## Assigned task
Copy, from the entries below, each line where the word "CIRCLE" can be found.
•••••
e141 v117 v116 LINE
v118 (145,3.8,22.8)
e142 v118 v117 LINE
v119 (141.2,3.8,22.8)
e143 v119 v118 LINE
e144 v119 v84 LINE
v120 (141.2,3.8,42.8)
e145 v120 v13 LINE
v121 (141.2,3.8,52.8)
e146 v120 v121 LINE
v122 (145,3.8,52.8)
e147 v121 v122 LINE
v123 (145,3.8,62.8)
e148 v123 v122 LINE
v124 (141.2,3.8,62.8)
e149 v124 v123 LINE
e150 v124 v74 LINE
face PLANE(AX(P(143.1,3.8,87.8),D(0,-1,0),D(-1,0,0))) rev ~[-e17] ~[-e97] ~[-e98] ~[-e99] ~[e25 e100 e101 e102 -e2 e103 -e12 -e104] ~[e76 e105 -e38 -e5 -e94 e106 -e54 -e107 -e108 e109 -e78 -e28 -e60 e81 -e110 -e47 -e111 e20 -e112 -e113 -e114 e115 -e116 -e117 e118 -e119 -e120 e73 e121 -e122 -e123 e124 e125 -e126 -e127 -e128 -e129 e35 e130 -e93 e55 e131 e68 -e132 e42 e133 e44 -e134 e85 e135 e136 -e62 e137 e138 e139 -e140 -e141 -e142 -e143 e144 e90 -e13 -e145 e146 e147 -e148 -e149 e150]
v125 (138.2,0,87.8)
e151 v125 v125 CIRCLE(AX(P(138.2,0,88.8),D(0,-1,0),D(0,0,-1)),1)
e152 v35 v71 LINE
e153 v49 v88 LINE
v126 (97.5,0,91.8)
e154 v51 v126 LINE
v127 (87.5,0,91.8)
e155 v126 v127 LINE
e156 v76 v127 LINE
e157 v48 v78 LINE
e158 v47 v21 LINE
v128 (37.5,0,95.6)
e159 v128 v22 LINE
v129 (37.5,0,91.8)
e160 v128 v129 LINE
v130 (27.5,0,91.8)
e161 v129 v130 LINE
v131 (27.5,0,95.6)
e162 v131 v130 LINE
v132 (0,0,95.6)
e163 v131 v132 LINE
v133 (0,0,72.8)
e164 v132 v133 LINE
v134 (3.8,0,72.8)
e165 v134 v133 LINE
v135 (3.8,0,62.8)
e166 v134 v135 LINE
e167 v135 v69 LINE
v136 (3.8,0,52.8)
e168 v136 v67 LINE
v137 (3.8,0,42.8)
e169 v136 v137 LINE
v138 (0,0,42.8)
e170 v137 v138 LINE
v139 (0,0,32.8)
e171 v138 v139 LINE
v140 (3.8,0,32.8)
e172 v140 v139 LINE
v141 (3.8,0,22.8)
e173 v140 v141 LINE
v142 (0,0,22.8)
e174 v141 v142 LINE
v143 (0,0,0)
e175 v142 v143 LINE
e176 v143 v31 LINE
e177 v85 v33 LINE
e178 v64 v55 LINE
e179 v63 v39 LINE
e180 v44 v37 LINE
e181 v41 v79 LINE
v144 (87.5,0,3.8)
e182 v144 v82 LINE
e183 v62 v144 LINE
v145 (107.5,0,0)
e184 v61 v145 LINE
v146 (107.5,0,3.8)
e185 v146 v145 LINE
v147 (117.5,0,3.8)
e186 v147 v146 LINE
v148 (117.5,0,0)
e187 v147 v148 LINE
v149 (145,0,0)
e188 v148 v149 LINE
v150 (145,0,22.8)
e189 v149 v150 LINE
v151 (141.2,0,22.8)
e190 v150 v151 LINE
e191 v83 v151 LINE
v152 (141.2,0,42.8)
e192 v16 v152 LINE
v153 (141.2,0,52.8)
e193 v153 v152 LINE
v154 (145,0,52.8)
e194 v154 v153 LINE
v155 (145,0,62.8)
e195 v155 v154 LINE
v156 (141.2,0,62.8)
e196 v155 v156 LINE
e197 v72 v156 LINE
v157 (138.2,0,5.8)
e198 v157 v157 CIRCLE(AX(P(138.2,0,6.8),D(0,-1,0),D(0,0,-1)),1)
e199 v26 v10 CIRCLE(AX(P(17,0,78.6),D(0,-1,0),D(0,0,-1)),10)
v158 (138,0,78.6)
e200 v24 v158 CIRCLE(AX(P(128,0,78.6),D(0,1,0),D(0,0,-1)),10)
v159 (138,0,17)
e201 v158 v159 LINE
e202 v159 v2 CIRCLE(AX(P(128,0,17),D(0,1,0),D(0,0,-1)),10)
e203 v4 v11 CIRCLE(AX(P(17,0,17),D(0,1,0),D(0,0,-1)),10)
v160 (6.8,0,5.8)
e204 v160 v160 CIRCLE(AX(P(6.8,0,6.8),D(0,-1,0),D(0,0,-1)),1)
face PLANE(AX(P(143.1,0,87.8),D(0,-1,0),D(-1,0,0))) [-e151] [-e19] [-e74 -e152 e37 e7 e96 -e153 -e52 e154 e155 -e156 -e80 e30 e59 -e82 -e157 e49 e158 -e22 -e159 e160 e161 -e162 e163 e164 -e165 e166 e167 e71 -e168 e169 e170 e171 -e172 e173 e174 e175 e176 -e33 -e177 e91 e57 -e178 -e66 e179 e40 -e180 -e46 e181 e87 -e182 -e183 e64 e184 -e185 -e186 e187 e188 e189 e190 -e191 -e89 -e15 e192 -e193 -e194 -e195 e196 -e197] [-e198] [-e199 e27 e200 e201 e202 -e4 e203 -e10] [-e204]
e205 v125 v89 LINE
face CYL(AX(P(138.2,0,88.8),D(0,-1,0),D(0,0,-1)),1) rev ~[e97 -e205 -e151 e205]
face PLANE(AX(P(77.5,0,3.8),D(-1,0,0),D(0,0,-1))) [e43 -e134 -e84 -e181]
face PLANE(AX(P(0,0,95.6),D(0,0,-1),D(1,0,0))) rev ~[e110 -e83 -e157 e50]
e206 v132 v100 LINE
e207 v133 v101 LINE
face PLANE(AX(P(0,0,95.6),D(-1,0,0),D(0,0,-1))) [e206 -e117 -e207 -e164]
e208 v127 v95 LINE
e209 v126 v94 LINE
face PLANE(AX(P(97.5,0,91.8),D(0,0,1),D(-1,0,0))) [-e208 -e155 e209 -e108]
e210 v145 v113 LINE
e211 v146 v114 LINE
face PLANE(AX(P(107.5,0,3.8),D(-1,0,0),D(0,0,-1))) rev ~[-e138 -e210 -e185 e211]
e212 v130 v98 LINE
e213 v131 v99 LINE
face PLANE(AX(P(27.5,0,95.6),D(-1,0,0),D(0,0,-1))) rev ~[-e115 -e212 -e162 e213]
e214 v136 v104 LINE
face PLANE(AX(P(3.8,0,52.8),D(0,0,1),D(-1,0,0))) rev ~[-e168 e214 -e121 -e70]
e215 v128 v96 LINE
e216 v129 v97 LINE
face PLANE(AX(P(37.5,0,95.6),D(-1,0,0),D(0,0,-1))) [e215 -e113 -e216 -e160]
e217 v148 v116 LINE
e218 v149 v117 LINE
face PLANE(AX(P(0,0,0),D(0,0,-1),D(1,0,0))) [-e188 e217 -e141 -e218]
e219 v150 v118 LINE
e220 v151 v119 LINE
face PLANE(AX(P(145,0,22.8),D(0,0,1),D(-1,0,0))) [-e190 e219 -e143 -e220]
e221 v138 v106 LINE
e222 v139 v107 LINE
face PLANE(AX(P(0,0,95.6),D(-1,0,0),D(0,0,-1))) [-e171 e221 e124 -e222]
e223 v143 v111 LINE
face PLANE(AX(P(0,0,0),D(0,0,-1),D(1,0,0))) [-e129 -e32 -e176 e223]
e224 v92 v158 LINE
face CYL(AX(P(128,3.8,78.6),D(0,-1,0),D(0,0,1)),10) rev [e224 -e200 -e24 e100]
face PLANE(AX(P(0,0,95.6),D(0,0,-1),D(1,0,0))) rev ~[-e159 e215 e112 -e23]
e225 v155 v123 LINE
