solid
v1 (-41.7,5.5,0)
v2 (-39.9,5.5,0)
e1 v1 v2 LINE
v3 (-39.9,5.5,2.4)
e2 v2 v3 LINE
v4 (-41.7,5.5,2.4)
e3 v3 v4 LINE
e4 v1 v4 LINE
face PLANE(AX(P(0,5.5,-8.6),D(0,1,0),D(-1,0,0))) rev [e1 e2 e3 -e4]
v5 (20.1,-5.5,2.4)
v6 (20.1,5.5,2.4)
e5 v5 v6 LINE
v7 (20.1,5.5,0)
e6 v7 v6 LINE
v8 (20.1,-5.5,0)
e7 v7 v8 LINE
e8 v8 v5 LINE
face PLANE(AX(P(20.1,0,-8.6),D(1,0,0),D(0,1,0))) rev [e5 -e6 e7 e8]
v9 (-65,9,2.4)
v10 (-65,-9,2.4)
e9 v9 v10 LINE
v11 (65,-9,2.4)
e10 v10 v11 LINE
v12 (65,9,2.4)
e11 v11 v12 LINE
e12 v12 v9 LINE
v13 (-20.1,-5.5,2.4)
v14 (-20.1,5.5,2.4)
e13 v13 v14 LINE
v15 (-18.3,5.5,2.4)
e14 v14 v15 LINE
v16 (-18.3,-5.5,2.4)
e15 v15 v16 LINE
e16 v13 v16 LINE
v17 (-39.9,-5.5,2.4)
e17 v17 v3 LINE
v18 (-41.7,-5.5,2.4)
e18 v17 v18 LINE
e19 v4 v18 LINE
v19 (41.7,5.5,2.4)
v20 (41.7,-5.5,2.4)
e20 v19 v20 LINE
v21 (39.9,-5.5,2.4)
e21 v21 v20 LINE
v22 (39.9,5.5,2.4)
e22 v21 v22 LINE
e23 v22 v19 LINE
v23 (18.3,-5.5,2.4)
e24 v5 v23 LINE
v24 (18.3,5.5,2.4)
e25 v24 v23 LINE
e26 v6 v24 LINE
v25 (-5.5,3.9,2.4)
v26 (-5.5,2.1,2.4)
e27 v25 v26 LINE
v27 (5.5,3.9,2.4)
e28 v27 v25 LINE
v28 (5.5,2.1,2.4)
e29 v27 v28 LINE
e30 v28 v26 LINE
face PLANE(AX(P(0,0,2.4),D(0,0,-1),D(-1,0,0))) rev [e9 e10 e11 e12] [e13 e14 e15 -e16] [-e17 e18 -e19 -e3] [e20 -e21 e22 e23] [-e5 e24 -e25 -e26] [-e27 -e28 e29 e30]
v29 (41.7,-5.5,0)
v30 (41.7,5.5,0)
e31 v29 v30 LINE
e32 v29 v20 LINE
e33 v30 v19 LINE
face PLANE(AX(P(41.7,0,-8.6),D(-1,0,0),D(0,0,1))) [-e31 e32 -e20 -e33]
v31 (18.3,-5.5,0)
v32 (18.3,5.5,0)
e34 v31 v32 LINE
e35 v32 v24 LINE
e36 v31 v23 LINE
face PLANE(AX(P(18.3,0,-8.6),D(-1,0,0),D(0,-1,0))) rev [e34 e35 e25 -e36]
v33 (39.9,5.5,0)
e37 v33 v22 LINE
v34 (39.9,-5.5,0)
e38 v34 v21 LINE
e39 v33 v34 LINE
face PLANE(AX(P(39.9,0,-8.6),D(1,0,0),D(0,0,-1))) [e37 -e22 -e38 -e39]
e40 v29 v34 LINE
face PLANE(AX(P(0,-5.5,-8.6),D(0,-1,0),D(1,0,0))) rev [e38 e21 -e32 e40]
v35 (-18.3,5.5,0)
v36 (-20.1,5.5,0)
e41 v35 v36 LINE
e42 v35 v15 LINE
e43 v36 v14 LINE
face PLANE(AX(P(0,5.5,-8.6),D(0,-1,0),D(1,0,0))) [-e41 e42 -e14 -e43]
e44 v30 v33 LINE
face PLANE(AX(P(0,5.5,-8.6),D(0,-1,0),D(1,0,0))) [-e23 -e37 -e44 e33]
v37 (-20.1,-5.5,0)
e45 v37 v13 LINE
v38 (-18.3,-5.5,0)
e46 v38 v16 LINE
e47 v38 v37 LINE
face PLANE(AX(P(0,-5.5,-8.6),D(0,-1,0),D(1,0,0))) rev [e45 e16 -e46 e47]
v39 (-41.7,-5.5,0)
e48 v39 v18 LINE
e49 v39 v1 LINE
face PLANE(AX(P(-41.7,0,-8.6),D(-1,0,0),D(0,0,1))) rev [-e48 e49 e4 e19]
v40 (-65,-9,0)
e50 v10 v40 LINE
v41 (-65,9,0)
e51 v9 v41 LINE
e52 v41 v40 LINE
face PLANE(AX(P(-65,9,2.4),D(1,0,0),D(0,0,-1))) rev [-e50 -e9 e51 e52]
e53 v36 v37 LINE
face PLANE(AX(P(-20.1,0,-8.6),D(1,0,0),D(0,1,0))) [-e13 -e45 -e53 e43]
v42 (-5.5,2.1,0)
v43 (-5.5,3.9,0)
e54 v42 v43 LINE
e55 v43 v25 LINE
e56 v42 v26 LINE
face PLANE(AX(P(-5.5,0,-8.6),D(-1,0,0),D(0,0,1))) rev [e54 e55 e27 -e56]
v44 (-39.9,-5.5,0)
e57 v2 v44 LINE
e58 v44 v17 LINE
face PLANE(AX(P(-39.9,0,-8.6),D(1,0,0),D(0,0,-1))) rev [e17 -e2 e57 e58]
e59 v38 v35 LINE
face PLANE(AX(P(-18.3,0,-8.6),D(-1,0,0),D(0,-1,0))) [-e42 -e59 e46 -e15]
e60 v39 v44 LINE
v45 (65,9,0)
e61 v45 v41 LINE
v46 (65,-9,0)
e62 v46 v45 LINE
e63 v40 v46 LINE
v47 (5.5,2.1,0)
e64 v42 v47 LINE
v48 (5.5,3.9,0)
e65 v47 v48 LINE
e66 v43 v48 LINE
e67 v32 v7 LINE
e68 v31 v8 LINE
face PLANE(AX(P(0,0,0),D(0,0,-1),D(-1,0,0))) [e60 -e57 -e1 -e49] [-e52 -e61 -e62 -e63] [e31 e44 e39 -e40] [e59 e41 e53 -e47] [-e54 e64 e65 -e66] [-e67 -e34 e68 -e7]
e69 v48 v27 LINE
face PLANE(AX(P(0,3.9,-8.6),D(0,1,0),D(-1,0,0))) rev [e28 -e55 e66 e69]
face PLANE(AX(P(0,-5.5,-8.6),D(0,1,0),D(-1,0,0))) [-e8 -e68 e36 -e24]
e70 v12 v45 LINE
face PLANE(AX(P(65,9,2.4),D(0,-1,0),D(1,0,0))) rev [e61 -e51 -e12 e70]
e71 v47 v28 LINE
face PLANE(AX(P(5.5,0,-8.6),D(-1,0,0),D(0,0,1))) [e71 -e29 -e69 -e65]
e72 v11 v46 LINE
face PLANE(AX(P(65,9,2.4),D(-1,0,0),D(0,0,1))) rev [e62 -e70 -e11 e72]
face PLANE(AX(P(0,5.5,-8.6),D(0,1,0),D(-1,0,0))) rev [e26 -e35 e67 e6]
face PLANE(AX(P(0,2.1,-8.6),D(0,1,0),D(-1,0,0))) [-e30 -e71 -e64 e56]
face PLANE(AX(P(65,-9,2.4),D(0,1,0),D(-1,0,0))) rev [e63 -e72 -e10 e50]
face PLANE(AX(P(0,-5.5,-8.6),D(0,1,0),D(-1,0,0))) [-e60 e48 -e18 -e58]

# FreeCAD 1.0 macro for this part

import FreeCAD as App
import Part
import Sketcher

V = App.Vector


def add_polygon(sketch, points):
    """Adds a closed chain of lines whose ends are joined by coincident constraints."""
    first, n = sketch.GeometryCount, len(points)
    for a, b in zip(points, points[1:] + points[:1]):
        sketch.addGeometry(Part.LineSegment(App.Vector(*a, 0), App.Vector(*b, 0)), False)
    for i in range(n):
        sketch.addConstraint(Sketcher.Constraint("Coincident", first + i, 2, first + (i + 1) % n, 1))

doc = App.newDocument("Part")
body = doc.addObject("PartDesign::Body", "Body")

# Sketch on XY plane
sketch1 = doc.addObject("Sketcher::SketchObject", "Sketch")
body.addObject(sketch1)
sketch1.AttachmentSupport = (doc.XY_Plane, [""])
sketch1.MapMode = "FlatFace"
add_polygon(sketch1, [(-65, 9), (-65, -9), (65, -9), (65, 9)])  # lines 0-3
sketch1.addConstraint([
    Sketcher.Constraint("Vertical", 0),
    Sketcher.Constraint("Horizontal", 1),
    Sketcher.Constraint("Vertical", 2),
    Sketcher.Constraint("Horizontal", 3),
    Sketcher.Constraint("Symmetric", 0, 2, 2, 2, -1, 1),
    Sketcher.Constraint("DistanceX", 1, 1, 1, 2, 130.0),
    Sketcher.Constraint("DistanceY", 0, 2, 0, 1, 18.0),
])
pad1 = doc.addObject("PartDesign::Pad", "Pad")
body.addObject(pad1)
pad1.Profile = sketch1
pad1.Length = 2.4

# Sketch on XY plane
sketch2 = doc.addObject("Sketcher::SketchObject", "Sketch001")
body.addObject(sketch2)
sketch2.AttachmentSupport = (doc.XY_Plane, [""])
sketch2.MapMode = "FlatFace"
sketch2.AttachmentOffset = App.Placement(V(0, 0, 2.4), App.Rotation())
add_polygon(sketch2, [(-41.7, 5.5), (-41.7, -5.5), (-39.9, -5.5), (-39.9, 5.5)])  # lines 0-3
add_polygon(sketch2, [(-20.1, 5.5), (-20.1, -5.5), (-18.3, -5.5), (-18.3, 5.5)])  # lines 4-7
add_polygon(sketch2, [(18.3, 5.5), (18.3, -5.5), (20.1, -5.5), (20.1, 5.5)])  # lines 8-11
add_polygon(sketch2, [(39.9, 5.5), (39.9, -5.5), (41.7, -5.5), (41.7, 5.5)])  # lines 12-15
add_polygon(sketch2, [(-5.5, 3.9), (-5.5, 2.1), (5.5, 2.1), (5.5, 3.9)])  # lines 16-19
sketch2.addConstraint([
    Sketcher.Constraint("Vertical", 0),
    Sketcher.Constraint("Horizontal", 1),
    Sketcher.Constraint("Vertical", 2),
    Sketcher.Constraint("Horizontal", 3),
    Sketcher.Constraint("Vertical", 4),
    Sketcher.Constraint("Horizontal", 5),
    Sketcher.Constraint("Vertical", 6),
    Sketcher.Constraint("Horizontal", 7),
    Sketcher.Constraint("Vertical", 8),
    Sketcher.Constraint("Horizontal", 9),
    Sketcher.Constraint("Vertical", 10),
    Sketcher.Constraint("Horizontal", 11),
    Sketcher.Constraint("Vertical", 12),
    Sketcher.Constraint("Horizontal", 13),
    Sketcher.Constraint("Vertical", 14),
    Sketcher.Constraint("Horizontal", 15),
    Sketcher.Constraint("Vertical", 16),
    Sketcher.Constraint("Horizontal", 17),
    Sketcher.Constraint("Vertical", 18),
    Sketcher.Constraint("Horizontal", 19),
    Sketcher.Constraint("Symmetric", 6, 2, 8, 2, -1, 1),
    Sketcher.Constraint("Symmetric", 4, 2, 10, 2, -1, 1),
    Sketcher.Constraint("Symmetric", 2, 2, 12, 2, -1, 1),
    Sketcher.Constraint("Symmetric", 0, 2, 14, 2, -1, 1),
    Sketcher.Constraint("Horizontal", 1, 2, 4, 2),
    Sketcher.Constraint("Horizontal", 3, 2, 6, 2),
    Sketcher.Constraint("Horizontal", 5, 2, 8, 2),
    Sketcher.Constraint("Equal", 3, 5),
    Sketcher.Constraint("Equal", 19, 0),
    Sketcher.Constraint("Equal", 15, 16),
    Sketcher.Constraint("DistanceX", 17, 1, 17, 2, 11.0),
    Sketcher.Constraint("DistanceX", 1, 1, 1, 2, 1.8),
    Sketcher.Constraint("DistanceX", 0, 2, -1, 1, 41.7),
    Sketcher.Constraint("DistanceX", 4, 2, -1, 1, 20.1),
    Sketcher.Constraint("DistanceX", 16, 2, -1, 1, 5.5),
    Sketcher.Constraint("DistanceY", -1, 1, 16, 2, 2.1),
])
pocket1 = doc.addObject("PartDesign::Pocket", "Pocket")
body.addObject(pocket1)
pocket1.Profile = sketch2
pocket1.Length = 11

doc.recompute()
•••••
## Expected answer
e151 v125 v125 CIRCLE(AX(P(138.2,0,88.8),D(0,-1,0),D(0,0,-1)),1)
e198 v157 v157 CIRCLE(AX(P(138.2,0,6.8),D(0,-1,0),D(0,0,-1)),1)
e199 v26 v10 CIRCLE(AX(P(17,0,78.6),D(0,-1,0),D(0,0,-1)),10)
e200 v24 v158 CIRCLE(AX(P(128,0,78.6),D(0,1,0),D(0,0,-1)),10)
e202 v159 v2 CIRCLE(AX(P(128,0,17),D(0,1,0),D(0,0,-1)),10)
e203 v4 v11 CIRCLE(AX(P(17,0,17),D(0,1,0),D(0,0,-1)),10)
e204 v160 v160 CIRCLE(AX(P(6.8,0,6.8),D(0,-1,0),D(0,0,-1)),1)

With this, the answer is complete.